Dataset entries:
=====

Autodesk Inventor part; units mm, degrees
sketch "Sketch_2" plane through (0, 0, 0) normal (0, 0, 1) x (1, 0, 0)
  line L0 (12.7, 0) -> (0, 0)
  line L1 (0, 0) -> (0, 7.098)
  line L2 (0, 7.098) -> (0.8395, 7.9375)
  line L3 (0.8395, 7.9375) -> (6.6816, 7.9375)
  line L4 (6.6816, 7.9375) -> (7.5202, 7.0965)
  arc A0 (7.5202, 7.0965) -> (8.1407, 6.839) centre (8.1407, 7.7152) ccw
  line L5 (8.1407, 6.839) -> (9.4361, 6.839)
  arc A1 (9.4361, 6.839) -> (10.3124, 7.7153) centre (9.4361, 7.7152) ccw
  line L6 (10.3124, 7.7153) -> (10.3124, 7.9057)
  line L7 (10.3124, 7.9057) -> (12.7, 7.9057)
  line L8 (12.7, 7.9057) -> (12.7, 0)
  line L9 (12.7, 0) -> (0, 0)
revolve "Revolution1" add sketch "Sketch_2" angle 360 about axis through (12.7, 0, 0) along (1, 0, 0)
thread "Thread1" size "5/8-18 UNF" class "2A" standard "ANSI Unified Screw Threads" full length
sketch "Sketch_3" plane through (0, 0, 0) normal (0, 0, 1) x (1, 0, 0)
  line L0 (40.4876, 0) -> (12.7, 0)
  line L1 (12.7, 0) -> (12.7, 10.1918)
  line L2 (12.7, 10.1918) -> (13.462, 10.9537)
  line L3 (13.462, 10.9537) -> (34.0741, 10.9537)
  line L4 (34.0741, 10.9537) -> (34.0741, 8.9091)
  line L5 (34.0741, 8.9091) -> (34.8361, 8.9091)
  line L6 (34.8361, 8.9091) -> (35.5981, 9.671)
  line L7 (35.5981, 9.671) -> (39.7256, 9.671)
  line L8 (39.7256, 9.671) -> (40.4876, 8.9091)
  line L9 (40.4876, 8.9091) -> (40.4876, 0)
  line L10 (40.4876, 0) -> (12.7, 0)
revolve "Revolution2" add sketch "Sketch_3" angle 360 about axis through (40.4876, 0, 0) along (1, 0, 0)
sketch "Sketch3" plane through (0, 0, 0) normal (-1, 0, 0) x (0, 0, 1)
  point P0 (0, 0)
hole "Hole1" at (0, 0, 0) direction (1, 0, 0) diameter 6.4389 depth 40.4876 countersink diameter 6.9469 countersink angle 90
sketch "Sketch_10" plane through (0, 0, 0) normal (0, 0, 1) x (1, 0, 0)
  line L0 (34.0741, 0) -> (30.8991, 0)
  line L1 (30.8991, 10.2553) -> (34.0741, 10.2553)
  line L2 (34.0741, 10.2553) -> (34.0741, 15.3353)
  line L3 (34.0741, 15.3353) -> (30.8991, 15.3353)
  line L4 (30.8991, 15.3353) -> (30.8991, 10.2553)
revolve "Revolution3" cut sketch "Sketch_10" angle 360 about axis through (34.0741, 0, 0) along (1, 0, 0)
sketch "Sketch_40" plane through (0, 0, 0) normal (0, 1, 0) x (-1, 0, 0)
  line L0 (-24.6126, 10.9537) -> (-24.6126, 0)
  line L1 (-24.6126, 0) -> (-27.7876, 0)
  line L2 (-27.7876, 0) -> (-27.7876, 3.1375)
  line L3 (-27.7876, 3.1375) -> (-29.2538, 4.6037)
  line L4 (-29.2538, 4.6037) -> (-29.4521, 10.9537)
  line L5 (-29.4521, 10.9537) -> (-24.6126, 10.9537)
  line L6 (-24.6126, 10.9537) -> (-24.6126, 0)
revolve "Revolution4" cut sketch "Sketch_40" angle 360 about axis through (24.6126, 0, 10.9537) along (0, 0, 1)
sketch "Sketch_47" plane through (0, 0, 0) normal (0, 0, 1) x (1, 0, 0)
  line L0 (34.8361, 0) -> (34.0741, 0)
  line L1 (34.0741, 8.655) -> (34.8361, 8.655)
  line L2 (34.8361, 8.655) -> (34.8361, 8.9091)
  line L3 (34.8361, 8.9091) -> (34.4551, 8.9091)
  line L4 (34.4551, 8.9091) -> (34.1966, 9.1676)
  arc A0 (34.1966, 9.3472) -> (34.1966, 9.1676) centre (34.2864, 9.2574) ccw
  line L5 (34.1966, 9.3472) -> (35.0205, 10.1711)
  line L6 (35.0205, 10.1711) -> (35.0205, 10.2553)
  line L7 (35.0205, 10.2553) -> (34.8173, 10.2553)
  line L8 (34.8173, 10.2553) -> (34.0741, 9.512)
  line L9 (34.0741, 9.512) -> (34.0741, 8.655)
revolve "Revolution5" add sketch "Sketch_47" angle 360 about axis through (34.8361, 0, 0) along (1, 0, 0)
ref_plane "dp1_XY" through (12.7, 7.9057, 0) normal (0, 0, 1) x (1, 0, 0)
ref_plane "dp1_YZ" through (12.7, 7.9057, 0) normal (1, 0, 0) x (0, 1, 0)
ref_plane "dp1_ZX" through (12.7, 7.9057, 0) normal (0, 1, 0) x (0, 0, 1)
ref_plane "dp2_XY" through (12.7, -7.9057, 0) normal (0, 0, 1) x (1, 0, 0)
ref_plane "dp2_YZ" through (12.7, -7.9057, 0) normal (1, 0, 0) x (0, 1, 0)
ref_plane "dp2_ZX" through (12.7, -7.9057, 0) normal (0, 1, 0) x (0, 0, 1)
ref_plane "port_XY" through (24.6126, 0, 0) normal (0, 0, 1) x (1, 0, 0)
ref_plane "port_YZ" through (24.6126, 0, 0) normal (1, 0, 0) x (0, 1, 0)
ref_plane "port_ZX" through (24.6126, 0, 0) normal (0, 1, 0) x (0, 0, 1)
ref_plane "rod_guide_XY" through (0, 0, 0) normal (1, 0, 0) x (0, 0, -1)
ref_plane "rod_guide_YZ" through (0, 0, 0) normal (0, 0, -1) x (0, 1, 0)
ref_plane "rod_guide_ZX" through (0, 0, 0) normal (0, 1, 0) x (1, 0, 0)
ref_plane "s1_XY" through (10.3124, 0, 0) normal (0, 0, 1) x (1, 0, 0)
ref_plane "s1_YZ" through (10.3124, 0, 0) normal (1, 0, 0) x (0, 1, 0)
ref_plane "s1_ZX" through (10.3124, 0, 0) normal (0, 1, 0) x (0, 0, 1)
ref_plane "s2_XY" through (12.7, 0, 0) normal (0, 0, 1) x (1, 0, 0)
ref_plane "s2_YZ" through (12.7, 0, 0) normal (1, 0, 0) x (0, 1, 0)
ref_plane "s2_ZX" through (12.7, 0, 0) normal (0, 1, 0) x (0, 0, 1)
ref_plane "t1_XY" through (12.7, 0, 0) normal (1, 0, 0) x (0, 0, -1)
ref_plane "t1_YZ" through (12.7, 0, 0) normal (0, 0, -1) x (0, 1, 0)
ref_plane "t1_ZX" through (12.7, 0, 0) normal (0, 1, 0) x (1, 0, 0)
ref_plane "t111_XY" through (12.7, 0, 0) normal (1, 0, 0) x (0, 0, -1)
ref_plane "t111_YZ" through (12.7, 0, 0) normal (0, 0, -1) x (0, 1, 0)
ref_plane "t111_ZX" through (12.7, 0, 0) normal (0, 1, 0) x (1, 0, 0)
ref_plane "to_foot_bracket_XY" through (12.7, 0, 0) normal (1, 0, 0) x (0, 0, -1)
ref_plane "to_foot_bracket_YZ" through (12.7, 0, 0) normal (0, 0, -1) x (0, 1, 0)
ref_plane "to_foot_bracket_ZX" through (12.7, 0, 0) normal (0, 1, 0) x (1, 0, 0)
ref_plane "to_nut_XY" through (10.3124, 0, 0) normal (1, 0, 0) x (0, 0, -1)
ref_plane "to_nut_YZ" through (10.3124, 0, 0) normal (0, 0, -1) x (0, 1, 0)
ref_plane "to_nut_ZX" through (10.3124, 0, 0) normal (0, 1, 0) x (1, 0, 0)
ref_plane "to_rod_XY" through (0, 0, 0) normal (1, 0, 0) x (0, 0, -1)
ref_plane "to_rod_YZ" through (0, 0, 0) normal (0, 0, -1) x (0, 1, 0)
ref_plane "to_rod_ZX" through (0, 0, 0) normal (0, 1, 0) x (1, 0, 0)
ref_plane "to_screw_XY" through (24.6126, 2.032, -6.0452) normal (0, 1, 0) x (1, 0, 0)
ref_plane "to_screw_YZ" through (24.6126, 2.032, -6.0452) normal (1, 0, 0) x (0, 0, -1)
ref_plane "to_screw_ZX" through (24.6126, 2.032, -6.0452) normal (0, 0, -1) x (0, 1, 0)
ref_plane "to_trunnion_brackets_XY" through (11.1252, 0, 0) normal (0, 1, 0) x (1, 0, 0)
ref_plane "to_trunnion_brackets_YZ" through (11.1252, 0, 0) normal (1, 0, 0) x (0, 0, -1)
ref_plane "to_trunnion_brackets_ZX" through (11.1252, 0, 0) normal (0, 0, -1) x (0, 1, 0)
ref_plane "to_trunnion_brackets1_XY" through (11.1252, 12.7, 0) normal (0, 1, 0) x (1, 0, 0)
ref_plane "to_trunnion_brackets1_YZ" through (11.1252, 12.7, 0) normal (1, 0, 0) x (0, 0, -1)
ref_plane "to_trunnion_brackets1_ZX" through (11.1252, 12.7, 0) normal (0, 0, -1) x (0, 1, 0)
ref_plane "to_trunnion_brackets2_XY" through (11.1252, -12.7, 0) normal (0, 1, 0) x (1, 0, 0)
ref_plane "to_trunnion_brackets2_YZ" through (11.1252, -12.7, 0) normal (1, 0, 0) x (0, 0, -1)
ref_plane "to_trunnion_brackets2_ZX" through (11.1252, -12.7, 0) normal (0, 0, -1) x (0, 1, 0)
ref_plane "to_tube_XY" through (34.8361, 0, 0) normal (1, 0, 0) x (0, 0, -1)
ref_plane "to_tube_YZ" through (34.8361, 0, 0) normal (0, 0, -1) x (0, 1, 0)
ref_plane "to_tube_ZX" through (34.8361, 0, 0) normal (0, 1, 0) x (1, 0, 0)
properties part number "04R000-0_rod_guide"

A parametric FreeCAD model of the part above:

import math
import FreeCAD as App
import Part
import Sketcher
Q = App.Units.Quantity

doc = App.newDocument("Part")
body = doc.addObject("PartDesign::Body", "Body")

# Sketch on XY plane
sketch1 = body.newObject("Sketcher::SketchObject", "Sketch")
sketch1.AttachmentSupport = (doc.getObject("XY_Plane"), [""])
sketch1.MapMode = "FlatFace"
sketch1.addGeometry(Part.LineSegment(App.Vector(0, 0, 0), App.Vector(12.7, 0, 0)), False)
sketch1.addGeometry(Part.LineSegment(App.Vector(12.7, 0, 0), App.Vector(12.7, 7.91, 0)), False)
sketch1.addGeometry(Part.LineSegment(App.Vector(12.7, 7.91, 0), App.Vector(10.31, 7.91, 0)), False)
sketch1.addGeometry(Part.LineSegment(App.Vector(10.31, 7.91, 0), App.Vector(10.31, 7.72, 0)), False)
sketch1.addGeometry(Part.ArcOfCircle(Part.Circle(App.Vector(9.44, 7.72, 0), App.Vector(0, 0, 1), 0.88), math.radians(-90), math.radians(0)), False)
sketch1.addGeometry(Part.LineSegment(App.Vector(9.44, 6.84, 0), App.Vector(8.14, 6.84, 0)), False)
sketch1.addGeometry(Part.ArcOfCircle(Part.Circle(App.Vector(8.14, 7.72, 0), App.Vector(0, 0, 1), 0.88), math.radians(-135), math.radians(-90)), False)
sketch1.addGeometry(Part.LineSegment(App.Vector(7.52, 7.1, 0), App.Vector(6.68, 7.94, 0)), False)
sketch1.addGeometry(Part.LineSegment(App.Vector(6.68, 7.94, 0), App.Vector(0.84, 7.94, 0)), False)
sketch1.addGeometry(Part.LineSegment(App.Vector(0.84, 7.94, 0), App.Vector(0, 7.1, 0)), False)
sketch1.addGeometry(Part.LineSegment(App.Vector(0, 7.1, 0), App.Vector(0, 0, 0)), False)
sketch1.addConstraint(Sketcher.Constraint("Coincident", 0, 2, 1, 1))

=====

EXERCISE DESCRIPTION: Every line above that includes the word "revolve" must appear in the answer.

FINISHED TASK:
revolve "Revolution1" add sketch "Sketch_2" angle 360 about axis through (12.7, 0, 0) along (1, 0, 0)
revolve "Revolution2" add sketch "Sketch_3" angle 360 about axis through (40.4876, 0, 0) along (1, 0, 0)
revolve "Revolution3" cut sketch "Sketch_10" angle 360 about axis through (34.0741, 0, 0) along (1, 0, 0)
revolve "Revolution4" cut sketch "Sketch_40" angle 360 about axis through (24.6126, 0, 10.9537) along (0, 0, 1)
revolve "Revolution5" add sketch "Sketch_47" angle 360 about axis through (34.8361, 0, 0) along (1, 0, 0)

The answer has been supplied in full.